Assignment
The entries below contain a line with "#27=VERTEX_POINT('',#26);" and a line with "#41=DIRECTION('',(0.,-1.,0.));". Quote exactly those two lines and all lines between them.

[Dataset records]
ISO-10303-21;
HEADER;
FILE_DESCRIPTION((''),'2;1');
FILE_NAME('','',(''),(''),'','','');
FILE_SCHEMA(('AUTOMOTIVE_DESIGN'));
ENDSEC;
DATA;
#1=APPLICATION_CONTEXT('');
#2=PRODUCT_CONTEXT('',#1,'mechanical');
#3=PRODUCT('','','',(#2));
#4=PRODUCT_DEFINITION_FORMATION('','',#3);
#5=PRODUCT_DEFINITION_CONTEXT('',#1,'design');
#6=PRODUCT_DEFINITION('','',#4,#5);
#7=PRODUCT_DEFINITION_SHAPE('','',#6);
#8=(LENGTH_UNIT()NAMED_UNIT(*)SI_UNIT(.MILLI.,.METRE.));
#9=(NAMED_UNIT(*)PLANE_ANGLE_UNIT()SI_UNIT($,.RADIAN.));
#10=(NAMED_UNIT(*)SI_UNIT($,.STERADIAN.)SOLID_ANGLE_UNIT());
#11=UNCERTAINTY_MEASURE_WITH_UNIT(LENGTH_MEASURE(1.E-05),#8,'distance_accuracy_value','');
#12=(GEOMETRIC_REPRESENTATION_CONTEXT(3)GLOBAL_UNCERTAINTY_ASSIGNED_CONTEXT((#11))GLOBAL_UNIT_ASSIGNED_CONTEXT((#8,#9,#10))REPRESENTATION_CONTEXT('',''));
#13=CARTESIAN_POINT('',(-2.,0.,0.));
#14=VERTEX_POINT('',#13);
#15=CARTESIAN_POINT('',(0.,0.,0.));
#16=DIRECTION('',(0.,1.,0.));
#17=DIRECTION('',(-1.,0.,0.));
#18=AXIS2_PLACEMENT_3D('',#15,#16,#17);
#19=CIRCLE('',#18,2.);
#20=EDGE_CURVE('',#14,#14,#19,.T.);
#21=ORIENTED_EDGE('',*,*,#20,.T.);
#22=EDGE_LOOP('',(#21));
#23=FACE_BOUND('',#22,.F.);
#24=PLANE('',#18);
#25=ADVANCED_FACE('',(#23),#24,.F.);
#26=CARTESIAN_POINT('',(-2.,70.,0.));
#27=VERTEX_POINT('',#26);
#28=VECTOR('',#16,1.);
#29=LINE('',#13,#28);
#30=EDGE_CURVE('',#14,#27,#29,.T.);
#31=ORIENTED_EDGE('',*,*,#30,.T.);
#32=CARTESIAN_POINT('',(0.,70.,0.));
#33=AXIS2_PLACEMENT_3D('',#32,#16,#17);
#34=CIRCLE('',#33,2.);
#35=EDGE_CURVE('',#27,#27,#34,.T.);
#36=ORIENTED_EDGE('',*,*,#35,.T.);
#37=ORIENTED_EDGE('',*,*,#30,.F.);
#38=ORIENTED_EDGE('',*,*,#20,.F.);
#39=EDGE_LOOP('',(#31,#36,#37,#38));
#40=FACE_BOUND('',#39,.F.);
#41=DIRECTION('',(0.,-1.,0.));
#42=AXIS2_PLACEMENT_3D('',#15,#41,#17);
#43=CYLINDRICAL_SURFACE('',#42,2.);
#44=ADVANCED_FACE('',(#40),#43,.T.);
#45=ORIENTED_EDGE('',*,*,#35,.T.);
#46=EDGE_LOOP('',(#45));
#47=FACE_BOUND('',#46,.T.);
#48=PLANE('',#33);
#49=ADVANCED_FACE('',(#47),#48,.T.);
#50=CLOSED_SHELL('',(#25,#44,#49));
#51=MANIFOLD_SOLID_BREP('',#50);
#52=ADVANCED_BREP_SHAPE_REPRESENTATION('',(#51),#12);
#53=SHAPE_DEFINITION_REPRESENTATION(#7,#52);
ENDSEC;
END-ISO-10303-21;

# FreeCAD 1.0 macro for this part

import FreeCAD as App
import Part
import Sketcher

doc = App.newDocument("Part")
params = doc.addObject("Spreadsheet::Sheet", "Params")
for row, (alias, value) in enumerate([
    ("sketch1_diameter", "4 mm"),
    ("pad1_length", "70 mm"),
], start=1):
    params.set(f"A{row}", alias)
    params.set(f"B{row}", "=" + value)
    params.setAlias(f"B{row}", alias)

body = doc.addObject("PartDesign::Body", "Body")

# Sketch on XZ plane
sketch1 = doc.addObject("Sketcher::SketchObject", "Sketch")
body.addObject(sketch1)
sketch1.AttachmentSupport = (doc.XZ_Plane, [""])
sketch1.MapMode = "FlatFace"
sketch1.addGeometry(Part.Circle(App.Vector(0, 0, 0), App.Vector(0, 0, 1), 2), False)
sketch1.addConstraint([
    Sketcher.Constraint("Coincident", 0, 3, -1, 1),
    Sketcher.Constraint("Diameter", 0, 4.0),
])
sketch1.setExpression("Constraints[1]", "Params.sketch1_diameter")
pad1 = doc.addObject("PartDesign::Pad", "Pad")
body.addObject(pad1)
pad1.Profile = sketch1
pad1.setExpression("Length", "Params.pad1_length")
pad1.Reversed = True

doc.recompute()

Response
#27=VERTEX_POINT('',#26);
#28=VECTOR('',#16,1.);
#29=LINE('',#13,#28);
#30=EDGE_CURVE('',#14,#27,#29,.T.);
#31=ORIENTED_EDGE('',*,*,#30,.T.);
#32=CARTESIAN_POINT('',(0.,70.,0.));
#33=AXIS2_PLACEMENT_3D('',#32,#16,#17);
#34=CIRCLE('',#33,2.);
#35=EDGE_CURVE('',#27,#27,#34,.T.);
#36=ORIENTED_EDGE('',*,*,#35,.T.);
#37=ORIENTED_EDGE('',*,*,#30,.F.);
#38=ORIENTED_EDGE('',*,*,#20,.F.);
#39=EDGE_LOOP('',(#31,#36,#37,#38));
#40=FACE_BOUND('',#39,.F.);
#41=DIRECTION('',(0.,-1.,0.));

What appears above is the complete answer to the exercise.